# Aquariums



## DallanC (Jan 13, 2009)

Ok so this may not fit under the equiptment forum... but it fits better than any of the other fish related forums.

With the love of fishing we all share, how many people here have Aquariums? How big? What kind of fish? 

We have a 20gal tank with around 9 fish, mostly Tiger Barbs. Very fun to watch them chase each other around the tank. We have a cory Catfish that is more or less the "hippy" of the tank... just hangs out and does his own thing. And a 9" pleco that really needs to find a new home.

Anyone else here have an aquarium?


-DallanC


----------



## Packfish (Oct 30, 2007)

Used to have 2 50 gal tanks - Pike Cichlads, Arowanas, Gars , catfish and few other of the normal bottom dwellars. Netted minnows for food for them. The Arowana and the gar attacked each other and the Arowana got stuck it the gars jaws and both died.. Pretty cool to watch them eat. The Pike was very much like a small mouth bass- an unreal predator. Kept me occupied thru college. Just don't have the time for them any more.


----------



## bowgy (Oct 10, 2007)

We have a pond in the back yard that we kept some gold fish and coi (sp) in, my daughter looked out the window one day and said look at the pond, there was a great blue herron (sp) standing in the pond munching on our fish, it was close to winter so I took what was left out of the pond and put them in a 55 gal tank in my office. I haven't taken them back to the house and that was two years ago.
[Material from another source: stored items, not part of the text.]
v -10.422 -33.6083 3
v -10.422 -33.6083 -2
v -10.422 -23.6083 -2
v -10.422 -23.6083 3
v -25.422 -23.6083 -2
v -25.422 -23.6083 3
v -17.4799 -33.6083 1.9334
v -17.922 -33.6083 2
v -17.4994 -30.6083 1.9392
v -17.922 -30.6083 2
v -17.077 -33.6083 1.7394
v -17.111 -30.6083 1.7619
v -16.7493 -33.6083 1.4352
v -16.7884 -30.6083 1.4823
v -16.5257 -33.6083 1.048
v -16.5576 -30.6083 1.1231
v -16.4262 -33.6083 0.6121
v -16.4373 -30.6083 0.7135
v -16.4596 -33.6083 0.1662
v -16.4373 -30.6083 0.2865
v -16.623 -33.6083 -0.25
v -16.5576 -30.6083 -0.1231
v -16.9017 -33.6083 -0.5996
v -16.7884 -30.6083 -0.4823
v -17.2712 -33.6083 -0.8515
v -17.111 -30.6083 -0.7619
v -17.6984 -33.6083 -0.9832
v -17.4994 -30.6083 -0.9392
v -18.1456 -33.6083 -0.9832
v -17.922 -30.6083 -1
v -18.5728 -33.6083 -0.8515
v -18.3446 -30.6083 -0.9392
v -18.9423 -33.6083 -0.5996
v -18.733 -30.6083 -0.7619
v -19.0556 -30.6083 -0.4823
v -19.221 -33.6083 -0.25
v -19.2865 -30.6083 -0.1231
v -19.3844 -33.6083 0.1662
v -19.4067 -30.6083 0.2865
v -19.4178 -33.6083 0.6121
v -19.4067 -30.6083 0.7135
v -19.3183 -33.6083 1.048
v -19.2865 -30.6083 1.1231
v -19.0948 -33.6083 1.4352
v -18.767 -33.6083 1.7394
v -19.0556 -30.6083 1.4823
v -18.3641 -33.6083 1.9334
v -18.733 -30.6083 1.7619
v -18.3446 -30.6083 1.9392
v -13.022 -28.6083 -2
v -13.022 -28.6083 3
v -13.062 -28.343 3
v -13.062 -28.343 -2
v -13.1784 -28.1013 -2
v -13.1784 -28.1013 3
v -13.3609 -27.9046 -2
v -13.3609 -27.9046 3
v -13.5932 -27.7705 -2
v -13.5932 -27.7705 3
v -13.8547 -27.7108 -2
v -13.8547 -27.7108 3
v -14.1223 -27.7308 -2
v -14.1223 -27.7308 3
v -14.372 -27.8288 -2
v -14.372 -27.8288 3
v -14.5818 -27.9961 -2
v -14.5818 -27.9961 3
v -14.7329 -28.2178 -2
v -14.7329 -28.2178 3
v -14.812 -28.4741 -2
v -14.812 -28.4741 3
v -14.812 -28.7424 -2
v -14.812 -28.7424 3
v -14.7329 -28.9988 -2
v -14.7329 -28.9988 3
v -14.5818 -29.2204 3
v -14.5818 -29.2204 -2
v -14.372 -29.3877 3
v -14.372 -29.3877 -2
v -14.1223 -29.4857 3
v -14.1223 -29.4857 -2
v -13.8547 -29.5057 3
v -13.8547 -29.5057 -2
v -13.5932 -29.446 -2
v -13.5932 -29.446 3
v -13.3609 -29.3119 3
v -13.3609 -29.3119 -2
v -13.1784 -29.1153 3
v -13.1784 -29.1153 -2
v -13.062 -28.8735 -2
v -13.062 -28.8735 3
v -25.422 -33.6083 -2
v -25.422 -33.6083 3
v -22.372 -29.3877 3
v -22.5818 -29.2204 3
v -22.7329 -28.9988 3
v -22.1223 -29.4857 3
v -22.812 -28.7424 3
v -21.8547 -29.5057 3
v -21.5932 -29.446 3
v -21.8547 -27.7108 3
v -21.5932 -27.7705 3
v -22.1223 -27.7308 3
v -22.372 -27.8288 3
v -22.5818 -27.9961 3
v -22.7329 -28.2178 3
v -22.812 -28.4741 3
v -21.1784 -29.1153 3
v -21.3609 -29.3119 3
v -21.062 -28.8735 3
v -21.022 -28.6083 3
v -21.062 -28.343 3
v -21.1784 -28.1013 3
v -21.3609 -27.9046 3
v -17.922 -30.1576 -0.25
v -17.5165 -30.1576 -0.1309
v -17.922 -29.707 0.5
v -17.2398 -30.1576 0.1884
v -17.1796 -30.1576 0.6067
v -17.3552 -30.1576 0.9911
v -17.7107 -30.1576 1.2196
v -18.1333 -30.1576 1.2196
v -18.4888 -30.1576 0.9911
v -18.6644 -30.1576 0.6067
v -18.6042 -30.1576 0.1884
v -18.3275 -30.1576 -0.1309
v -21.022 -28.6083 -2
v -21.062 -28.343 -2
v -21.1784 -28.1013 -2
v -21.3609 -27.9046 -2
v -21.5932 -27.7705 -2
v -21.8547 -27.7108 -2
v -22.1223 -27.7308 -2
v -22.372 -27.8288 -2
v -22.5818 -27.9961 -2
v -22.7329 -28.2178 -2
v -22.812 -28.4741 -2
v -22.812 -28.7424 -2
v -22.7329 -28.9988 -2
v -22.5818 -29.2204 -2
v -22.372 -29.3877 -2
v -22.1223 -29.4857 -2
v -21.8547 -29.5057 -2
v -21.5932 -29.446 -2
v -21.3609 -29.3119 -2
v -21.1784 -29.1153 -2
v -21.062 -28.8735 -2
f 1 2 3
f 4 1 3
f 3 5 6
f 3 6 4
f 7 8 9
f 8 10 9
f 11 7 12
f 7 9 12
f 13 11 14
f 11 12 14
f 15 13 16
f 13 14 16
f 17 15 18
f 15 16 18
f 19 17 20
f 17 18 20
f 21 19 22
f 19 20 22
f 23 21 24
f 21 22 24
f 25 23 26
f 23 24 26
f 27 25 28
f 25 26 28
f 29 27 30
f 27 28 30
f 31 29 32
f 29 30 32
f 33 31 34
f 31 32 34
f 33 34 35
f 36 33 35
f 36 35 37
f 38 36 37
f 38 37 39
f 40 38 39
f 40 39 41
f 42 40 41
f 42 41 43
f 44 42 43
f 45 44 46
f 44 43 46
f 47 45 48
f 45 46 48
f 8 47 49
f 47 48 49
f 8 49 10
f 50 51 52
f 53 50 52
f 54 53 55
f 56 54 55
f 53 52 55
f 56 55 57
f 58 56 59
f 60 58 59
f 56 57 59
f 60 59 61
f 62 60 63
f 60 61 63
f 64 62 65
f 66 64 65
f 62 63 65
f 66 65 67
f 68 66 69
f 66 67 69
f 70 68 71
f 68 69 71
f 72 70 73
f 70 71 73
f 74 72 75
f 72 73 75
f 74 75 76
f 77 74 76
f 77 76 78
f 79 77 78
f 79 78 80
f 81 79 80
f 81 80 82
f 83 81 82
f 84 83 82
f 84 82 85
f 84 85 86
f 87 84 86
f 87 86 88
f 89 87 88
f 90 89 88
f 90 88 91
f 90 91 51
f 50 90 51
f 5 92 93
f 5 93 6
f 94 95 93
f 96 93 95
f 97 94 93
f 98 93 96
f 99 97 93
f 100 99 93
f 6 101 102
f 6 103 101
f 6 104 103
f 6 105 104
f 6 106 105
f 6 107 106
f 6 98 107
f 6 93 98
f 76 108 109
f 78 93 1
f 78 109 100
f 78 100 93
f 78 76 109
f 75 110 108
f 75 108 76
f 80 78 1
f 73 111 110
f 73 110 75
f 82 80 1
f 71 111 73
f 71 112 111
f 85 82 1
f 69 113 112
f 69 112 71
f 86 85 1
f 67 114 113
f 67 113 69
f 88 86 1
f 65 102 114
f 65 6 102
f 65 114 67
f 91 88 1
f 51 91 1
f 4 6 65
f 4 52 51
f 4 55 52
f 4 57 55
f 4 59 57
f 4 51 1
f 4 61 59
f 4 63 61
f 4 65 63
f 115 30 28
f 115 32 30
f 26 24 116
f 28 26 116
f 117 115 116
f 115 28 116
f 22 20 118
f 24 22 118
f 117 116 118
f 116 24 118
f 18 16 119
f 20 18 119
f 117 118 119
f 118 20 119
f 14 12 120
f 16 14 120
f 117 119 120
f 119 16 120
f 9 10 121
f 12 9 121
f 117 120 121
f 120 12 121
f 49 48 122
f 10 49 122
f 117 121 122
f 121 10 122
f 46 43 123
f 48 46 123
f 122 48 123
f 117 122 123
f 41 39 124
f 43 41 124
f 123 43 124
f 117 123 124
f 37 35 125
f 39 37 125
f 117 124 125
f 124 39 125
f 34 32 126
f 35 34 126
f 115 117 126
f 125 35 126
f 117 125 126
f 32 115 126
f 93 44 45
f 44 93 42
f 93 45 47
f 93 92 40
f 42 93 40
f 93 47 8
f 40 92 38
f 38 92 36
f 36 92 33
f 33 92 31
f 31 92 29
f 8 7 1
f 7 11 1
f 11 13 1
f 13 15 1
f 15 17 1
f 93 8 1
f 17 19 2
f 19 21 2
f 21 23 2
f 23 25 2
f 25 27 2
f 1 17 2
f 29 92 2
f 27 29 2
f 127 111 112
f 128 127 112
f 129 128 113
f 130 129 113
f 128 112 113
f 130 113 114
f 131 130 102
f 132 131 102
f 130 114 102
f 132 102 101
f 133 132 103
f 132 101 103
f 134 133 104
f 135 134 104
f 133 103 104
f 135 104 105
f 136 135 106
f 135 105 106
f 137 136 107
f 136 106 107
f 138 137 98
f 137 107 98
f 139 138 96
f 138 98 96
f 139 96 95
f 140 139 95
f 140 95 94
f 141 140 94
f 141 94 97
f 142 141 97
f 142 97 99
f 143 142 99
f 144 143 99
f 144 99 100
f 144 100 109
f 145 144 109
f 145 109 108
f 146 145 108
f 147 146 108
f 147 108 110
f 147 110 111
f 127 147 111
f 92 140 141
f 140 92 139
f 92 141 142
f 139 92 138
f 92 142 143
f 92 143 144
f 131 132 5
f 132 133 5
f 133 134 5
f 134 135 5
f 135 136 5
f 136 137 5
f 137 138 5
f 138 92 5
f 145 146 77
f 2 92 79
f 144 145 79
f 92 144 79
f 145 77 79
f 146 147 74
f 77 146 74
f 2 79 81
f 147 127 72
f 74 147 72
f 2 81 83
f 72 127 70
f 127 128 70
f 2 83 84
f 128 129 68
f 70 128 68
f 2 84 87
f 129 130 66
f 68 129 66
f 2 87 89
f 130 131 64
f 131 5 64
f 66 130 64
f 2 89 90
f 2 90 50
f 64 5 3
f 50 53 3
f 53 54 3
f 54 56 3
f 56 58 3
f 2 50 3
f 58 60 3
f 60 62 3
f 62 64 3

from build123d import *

# Parameters (mm, degrees)
BOSS_EXTRU_1_DEPTH      = 3
BOSS_EXTRU_1_DEPTH_BACK = 2
ESQUISSE1_W             = 15
ESQUISSE1_H             = 10
D_GAGEMENT_M1_61_D      = 1.8
D_GAGEMENT_M1_61_DEPTH  = 28.17
D_GAGEMENT_M1_61_TIP    = 0.540774557
D_GAGEMENT_M1_62_D      = 3
D_GAGEMENT_M1_62_DEPTH  = 3
D_GAGEMENT_M1_62_TIP    = 0.901290929


with BuildPart() as part:
    # Esquisse1 → Boss.-Extru.1 (new, two sides: drawn at the far end of the back side and taken through both)
    with BuildSketch(Plane.XY.offset(-BOSS_EXTRU_1_DEPTH_BACK)):
        with Locations((-17.922006263, -28.608262445)):
            Rectangle(ESQUISSE1_W, ESQUISSE1_H)
    extrude(amount=BOSS_EXTRU_1_DEPTH + BOSS_EXTRU_1_DEPTH_BACK)

    # Dégagement M1.61
    with Locations(Plane(origin=(-21.922006263, -28.608262445, -2), x_dir=(-1, 0, 0), z_dir=(0, 0, -1))):
        with Locations((0, 0), (-8, 0)):
            Hole(D_GAGEMENT_M1_61_D / 2, depth=D_GAGEMENT_M1_61_DEPTH)
            with Locations((0, 0, -(D_GAGEMENT_M1_61_DEPTH + D_GAGEMENT_M1_61_TIP / 2))):  # 118° drill point
                Cone(0, D_GAGEMENT_M1_61_D / 2, D_GAGEMENT_M1_61_TIP, mode=Mode.SUBTRACT)

    # Dégagement M1.62
    with Locations(Plane(origin=(-17.922006263, -33.608262445, 0.5), x_dir=(0, 0, -1), z_dir=(0, -1, 0))):
        with Locations((0, 0)):
            Hole(D_GAGEMENT_M1_62_D / 2, depth=D_GAGEMENT_M1_62_DEPTH)
            with Locations((0, 0, -(D_GAGEMENT_M1_62_DEPTH + D_GAGEMENT_M1_62_TIP / 2))):  # 118° drill point
                Cone(0, D_GAGEMENT_M1_62_D / 2, D_GAGEMENT_M1_62_TIP, mode=Mode.SUBTRACT)


solid = part.part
Anyway here they are sitting behind me at my office.

[attachment=2:3qymwu99]IMG_0960.jpg[/attachment:3qymwu99]

[attachment=1:3qymwu99]IMG_0961.jpg[/attachment:3qymwu99]
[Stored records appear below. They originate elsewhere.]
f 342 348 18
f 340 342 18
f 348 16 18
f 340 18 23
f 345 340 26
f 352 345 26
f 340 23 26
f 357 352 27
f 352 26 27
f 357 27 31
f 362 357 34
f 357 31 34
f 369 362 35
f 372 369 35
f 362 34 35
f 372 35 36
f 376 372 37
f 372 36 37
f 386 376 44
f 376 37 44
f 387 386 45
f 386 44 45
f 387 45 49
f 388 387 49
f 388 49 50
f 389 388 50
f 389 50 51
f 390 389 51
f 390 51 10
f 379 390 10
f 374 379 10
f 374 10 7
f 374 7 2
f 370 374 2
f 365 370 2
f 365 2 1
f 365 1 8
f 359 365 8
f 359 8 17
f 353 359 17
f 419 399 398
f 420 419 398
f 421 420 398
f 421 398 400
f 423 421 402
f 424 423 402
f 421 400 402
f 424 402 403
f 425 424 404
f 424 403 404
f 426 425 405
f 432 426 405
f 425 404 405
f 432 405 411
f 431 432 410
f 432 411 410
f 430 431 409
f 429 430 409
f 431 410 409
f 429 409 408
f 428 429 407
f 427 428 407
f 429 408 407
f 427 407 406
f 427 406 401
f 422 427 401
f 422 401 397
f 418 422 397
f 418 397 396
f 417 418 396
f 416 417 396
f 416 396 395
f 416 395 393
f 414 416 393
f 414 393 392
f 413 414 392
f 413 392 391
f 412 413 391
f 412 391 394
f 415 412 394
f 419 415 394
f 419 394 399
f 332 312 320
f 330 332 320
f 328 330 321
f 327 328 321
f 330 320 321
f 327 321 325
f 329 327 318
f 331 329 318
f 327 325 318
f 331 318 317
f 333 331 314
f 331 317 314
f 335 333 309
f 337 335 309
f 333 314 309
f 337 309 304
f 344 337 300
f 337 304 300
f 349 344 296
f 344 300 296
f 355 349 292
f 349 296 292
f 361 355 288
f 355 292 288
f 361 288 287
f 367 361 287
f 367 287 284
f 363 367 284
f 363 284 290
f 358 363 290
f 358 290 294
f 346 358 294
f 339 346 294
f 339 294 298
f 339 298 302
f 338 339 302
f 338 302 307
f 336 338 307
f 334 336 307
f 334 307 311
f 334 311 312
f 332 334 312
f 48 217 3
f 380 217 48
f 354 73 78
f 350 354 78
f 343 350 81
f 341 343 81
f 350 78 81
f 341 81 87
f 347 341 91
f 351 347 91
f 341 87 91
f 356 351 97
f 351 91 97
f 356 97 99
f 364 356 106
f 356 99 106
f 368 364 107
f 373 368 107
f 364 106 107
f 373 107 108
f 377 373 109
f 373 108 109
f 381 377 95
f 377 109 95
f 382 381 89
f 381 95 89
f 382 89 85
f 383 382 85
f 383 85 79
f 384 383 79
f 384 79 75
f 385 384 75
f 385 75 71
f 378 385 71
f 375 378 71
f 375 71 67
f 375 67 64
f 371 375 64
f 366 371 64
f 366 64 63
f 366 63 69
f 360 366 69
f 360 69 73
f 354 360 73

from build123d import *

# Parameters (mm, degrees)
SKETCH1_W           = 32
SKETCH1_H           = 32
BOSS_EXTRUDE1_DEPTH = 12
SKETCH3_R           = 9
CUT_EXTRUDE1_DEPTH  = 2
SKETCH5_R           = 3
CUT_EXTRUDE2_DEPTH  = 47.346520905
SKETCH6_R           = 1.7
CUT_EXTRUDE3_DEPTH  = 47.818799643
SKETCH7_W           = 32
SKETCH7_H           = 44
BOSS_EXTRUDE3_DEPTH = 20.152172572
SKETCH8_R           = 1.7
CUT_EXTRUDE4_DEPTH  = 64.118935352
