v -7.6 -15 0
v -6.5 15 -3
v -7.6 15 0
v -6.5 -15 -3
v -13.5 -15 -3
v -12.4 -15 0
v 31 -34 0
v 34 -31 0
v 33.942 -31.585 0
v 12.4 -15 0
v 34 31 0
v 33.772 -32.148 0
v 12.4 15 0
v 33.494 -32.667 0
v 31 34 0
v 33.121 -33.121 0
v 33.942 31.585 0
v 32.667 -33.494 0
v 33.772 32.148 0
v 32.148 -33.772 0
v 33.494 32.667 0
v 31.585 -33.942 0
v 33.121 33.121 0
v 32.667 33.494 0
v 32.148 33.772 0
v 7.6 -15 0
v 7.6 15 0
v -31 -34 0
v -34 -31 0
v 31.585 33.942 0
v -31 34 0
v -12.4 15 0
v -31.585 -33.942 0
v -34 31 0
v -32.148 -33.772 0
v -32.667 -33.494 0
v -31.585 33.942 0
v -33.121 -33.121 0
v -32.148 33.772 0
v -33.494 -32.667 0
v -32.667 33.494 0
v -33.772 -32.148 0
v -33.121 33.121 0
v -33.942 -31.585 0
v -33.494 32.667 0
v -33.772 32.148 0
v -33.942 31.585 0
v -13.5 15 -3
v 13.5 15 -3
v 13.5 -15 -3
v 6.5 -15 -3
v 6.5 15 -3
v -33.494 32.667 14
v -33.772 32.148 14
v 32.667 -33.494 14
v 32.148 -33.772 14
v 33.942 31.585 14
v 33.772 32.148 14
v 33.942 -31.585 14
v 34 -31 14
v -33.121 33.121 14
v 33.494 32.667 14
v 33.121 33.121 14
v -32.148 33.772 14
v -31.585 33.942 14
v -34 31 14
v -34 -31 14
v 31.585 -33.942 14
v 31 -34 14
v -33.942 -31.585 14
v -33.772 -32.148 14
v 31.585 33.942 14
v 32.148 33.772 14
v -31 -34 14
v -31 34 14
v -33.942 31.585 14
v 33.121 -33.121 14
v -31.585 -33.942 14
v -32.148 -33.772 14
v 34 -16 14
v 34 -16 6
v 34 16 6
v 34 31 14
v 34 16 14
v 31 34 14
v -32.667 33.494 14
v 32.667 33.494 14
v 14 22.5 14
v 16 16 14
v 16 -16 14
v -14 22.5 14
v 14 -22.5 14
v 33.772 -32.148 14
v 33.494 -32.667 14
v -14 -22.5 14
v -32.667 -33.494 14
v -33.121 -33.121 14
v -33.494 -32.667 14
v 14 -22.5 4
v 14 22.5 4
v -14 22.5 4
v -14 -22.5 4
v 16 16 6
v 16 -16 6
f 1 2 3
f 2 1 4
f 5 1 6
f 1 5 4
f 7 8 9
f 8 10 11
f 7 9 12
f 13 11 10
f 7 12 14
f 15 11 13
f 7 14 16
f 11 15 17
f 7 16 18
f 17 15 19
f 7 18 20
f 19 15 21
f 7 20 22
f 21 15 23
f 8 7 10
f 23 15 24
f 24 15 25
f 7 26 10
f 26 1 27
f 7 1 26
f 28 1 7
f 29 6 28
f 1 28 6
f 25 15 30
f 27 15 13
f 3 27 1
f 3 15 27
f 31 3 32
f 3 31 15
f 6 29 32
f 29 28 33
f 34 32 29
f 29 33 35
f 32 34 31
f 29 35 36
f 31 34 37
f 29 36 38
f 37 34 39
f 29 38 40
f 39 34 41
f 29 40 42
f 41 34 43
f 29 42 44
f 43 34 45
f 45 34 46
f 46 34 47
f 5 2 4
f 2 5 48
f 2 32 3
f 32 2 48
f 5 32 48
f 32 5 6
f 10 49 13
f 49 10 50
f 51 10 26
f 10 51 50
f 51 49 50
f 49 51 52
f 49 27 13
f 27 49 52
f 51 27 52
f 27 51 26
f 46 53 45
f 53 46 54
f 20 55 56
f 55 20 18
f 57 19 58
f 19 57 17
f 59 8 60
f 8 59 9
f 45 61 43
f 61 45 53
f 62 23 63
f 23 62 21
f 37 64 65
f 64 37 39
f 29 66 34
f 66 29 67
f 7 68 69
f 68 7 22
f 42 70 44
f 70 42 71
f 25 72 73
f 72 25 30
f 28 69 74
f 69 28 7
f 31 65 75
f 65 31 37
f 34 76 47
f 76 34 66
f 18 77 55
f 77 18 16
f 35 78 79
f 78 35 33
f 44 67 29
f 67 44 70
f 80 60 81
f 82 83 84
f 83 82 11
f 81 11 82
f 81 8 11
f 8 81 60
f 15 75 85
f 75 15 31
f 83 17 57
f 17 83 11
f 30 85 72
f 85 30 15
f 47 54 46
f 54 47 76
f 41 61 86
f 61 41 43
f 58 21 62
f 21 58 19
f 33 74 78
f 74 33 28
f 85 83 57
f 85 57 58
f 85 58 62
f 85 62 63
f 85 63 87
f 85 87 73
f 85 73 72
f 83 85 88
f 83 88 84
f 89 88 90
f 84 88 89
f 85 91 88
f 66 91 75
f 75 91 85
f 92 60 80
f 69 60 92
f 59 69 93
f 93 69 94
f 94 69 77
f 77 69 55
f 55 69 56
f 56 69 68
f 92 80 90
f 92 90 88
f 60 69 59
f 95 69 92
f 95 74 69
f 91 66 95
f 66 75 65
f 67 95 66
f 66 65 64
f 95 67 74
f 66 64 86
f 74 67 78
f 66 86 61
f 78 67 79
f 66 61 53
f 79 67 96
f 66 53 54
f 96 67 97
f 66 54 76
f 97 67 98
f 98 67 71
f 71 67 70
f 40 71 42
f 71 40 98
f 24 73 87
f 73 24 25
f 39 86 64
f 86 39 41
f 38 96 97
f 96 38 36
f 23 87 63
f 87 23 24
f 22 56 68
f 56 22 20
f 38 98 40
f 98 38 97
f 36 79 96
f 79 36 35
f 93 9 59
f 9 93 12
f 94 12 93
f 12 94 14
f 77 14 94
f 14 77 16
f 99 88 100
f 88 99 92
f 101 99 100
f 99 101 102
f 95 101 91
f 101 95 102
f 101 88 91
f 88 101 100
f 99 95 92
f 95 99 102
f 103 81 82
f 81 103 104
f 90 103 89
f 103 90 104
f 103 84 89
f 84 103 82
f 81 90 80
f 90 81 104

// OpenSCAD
// file: rm_common.scad
// RobotMind Rev A: one slide-in interface for every payload carrier.
// Dimensions are mm; tune clearance on a short fit coupon before full prints.
$fn = 32;

RM_EPS = 0.1;
RM_CLEARANCE = 0.28;
RM_M3_CLEARANCE = 3.4;

RM_DOCK_W = 32;
RM_DOCK_L = 36;
RM_DOCK_H = 8;
RM_RAIL_X = 10;
RM_RAIL_ROOT = 4.8;
RM_RAIL_HEAD = 7.0;
RM_RAIL_H = 3.0;
RM_RAIL_L = 30;

assert(RM_RAIL_HEAD > RM_RAIL_ROOT, "Rail must retain the carrier");
assert(RM_DOCK_H > RM_RAIL_H, "Dock needs material below the rail");
assert(RM_RAIL_L + 2*RM_CLEARANCE < RM_DOCK_L,
       "Rail needs an open insertion end and rear stop");

module rounded_box(size=[20,20,3], r=2) {
  linear_extrude(height=size[2])
    offset(r=r) offset(delta=-r) square([size[0],size[1]]);
}

// The profile is narrow at the carrier root and wider at its free end.
module rail_profile(root=RM_RAIL_ROOT, head=RM_RAIL_HEAD, h=RM_RAIL_H) {
  polygon(points=[[-root/2,0], [root/2,0], [head/2,h], [-head/2,h]]);
}

// Runs along +Y and projects below Z=0. Carriers place this at their underside.
module male_rail(length=RM_RAIL_L) {
  translate([0,-length/2,0]) rotate([-90,0,0])
    linear_extrude(height=length) rail_profile();
}

module male_interface() {
  for(x=[-RM_RAIL_X,RM_RAIL_X])
    translate([x,0,0]) male_rail();
}

// Matching void, open at the front (-Y); material at +Y is the hard stop.
module rail_channel(length=RM_RAIL_L+2*RM_CLEARANCE) {
  translate([0,-RM_DOCK_L/2-RM_EPS,RM_DOCK_H+RM_EPS]) rotate([-90,0,0])
    linear_extrude(height=length)
      rail_profile(RM_RAIL_ROOT+2*RM_CLEARANCE,
                   RM_RAIL_HEAD+2*RM_CLEARANCE,
                   RM_RAIL_H+RM_EPS);
}

module universal_dock() {
  difference() {
    translate([-RM_DOCK_W/2,-RM_DOCK_L/2,0])
      rounded_box([RM_DOCK_W,RM_DOCK_L,RM_DOCK_H],3);
    for(x=[-RM_RAIL_X,RM_RAIL_X]) translate([x,0,0]) rail_channel();
    for(x=[-11,11], y=[-11,11])
      translate([x,y,-RM_EPS]) cylinder(h=RM_DOCK_H+2*RM_EPS,d=RM_M3_CLEARANCE);
  }
}

// Place a carrier's Z=0 plane at the dock surface; its rails fill the recess.
function docked_carrier_z() = RM_DOCK_H;
// Centre position after the rail reaches the rear stop.
function docked_carrier_y() = -RM_DOCK_L/2 - RM_EPS +
                              RM_RAIL_L/2 + 2*RM_CLEARANCE;
// main file
include <rm_common.scad>

// Provisional board envelope: measure antenna and connector keep-outs first.
TAG = 60;
PCB = [28,45,8];
W = max(TAG+8, PCB[0]+8);
H = max(TAG+8, PCB[1]+8);
DEPTH = 14;

difference() {
  union() {
    translate([-W/2,-H/2,0]) rounded_box([W,H,DEPTH],3);
    male_interface();
  }
  // Open rear cavity preserves the front face for the printed AprilTag.
  translate([-PCB[0]/2,-PCB[1]/2,4]) cube([PCB[0],PCB[1],DEPTH+RM_EPS]);
  translate([W/2-18,-16,6]) cube([20,32,DEPTH+RM_EPS]);
}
[attachment=0:3qymwu99]IMG_0962.jpg[/attachment:3qymwu99]


----------



## katorade (Sep 23, 2007)

Used to have 4 running a 30g 55g 45g and a 10g now just have the 55g with African Cichlids.


----------



## Huge29 (Sep 17, 2007)

I have a 29g with cats, sharks and about a 12" pleco that started at 2" 9 years ago that an oscar tried to kill but couldn't. My favorites are the oscars, I love how aggressive they are, most will eat from my hand at the surface until they get older. They always outgrow the tank, so now I stick with the cats for the most part. Also have a 10g in the kids room with cory cats that are 10 years old and still only about an inch and a half long, 9" pleco and a fantail goldie.


----------



## scientificangler (Aug 13, 2008)

I am a aquarium addict. At one point I had a 125G, two 55G, two 20G and 4 10G tanks in my house. All filled with African Cichlids, mostly from Lake Malawi. At the peak I had 25 different species and bred and sold several of the more valuable ones regularly. After a cross country move I am down to 0 tanks, but that will change in sometime soon. I have some nice youtube videos of my tanks and fish...maybe I will post a link when I get home (can't access youtube from work!)


----------



## Lakecitypirate (Mar 4, 2008)

I keep a 500 gallon tank Next to my pillow full of Red sides, and chubs. So When I am ready to go fishing they are the freshest. So fresh that my SUV has a 10 gallon with a filteration plugged into the ciggerett lighter to keep oxygen to fish till I get to my location. So fresh when I get to my location I am fishing with live bait.......Oh wait!


----------



## scientificangler (Aug 13, 2008)

Cool to hear about everyone's tanks. I hope to have one again some day! Here is my old tank.

[youtube:26frjs0f]http://www.youtube.com/v/2Tlsz29S1uE&hl=en&fs=1[/youtube:26frjs0f]

Two males fighting over a female:
[youtube:26frjs0f]http://www.youtube.com/v/dCVijqVnR9k&hl=en&fs=1[/youtube:26frjs0f]


----------



## Treehugnhuntr (Sep 7, 2007)

My empty 130 gal is in my basement and ready to go to the highest bidder with the stand, if anyone is interested.

T


----------



## threshershark (Sep 7, 2007)

Treehugnhuntr said:


> My empty 130 gal is in my basement


Yeah but that thing has been in your "man room" and has latent images of your nakedness seared into it.


----------



## sawsman (Sep 13, 2007)

I had a freshwater tank for 10 yrs. Had silver dollars, cats, minnows and several other fish. After graduating from fresh water I stepped up and converted to a cichlid brackish water tank. This was a fun tank with many different types of African cichlids. After several years of brackish water I made the jump to a full blown reef tank which housed many corals, snails, clams and fish. The reef tank was very cool but very expensive, it had very good lighting and filtration. and I was into it several thousands of dollars. I finally gave it all up as it was taking too much of my time and money....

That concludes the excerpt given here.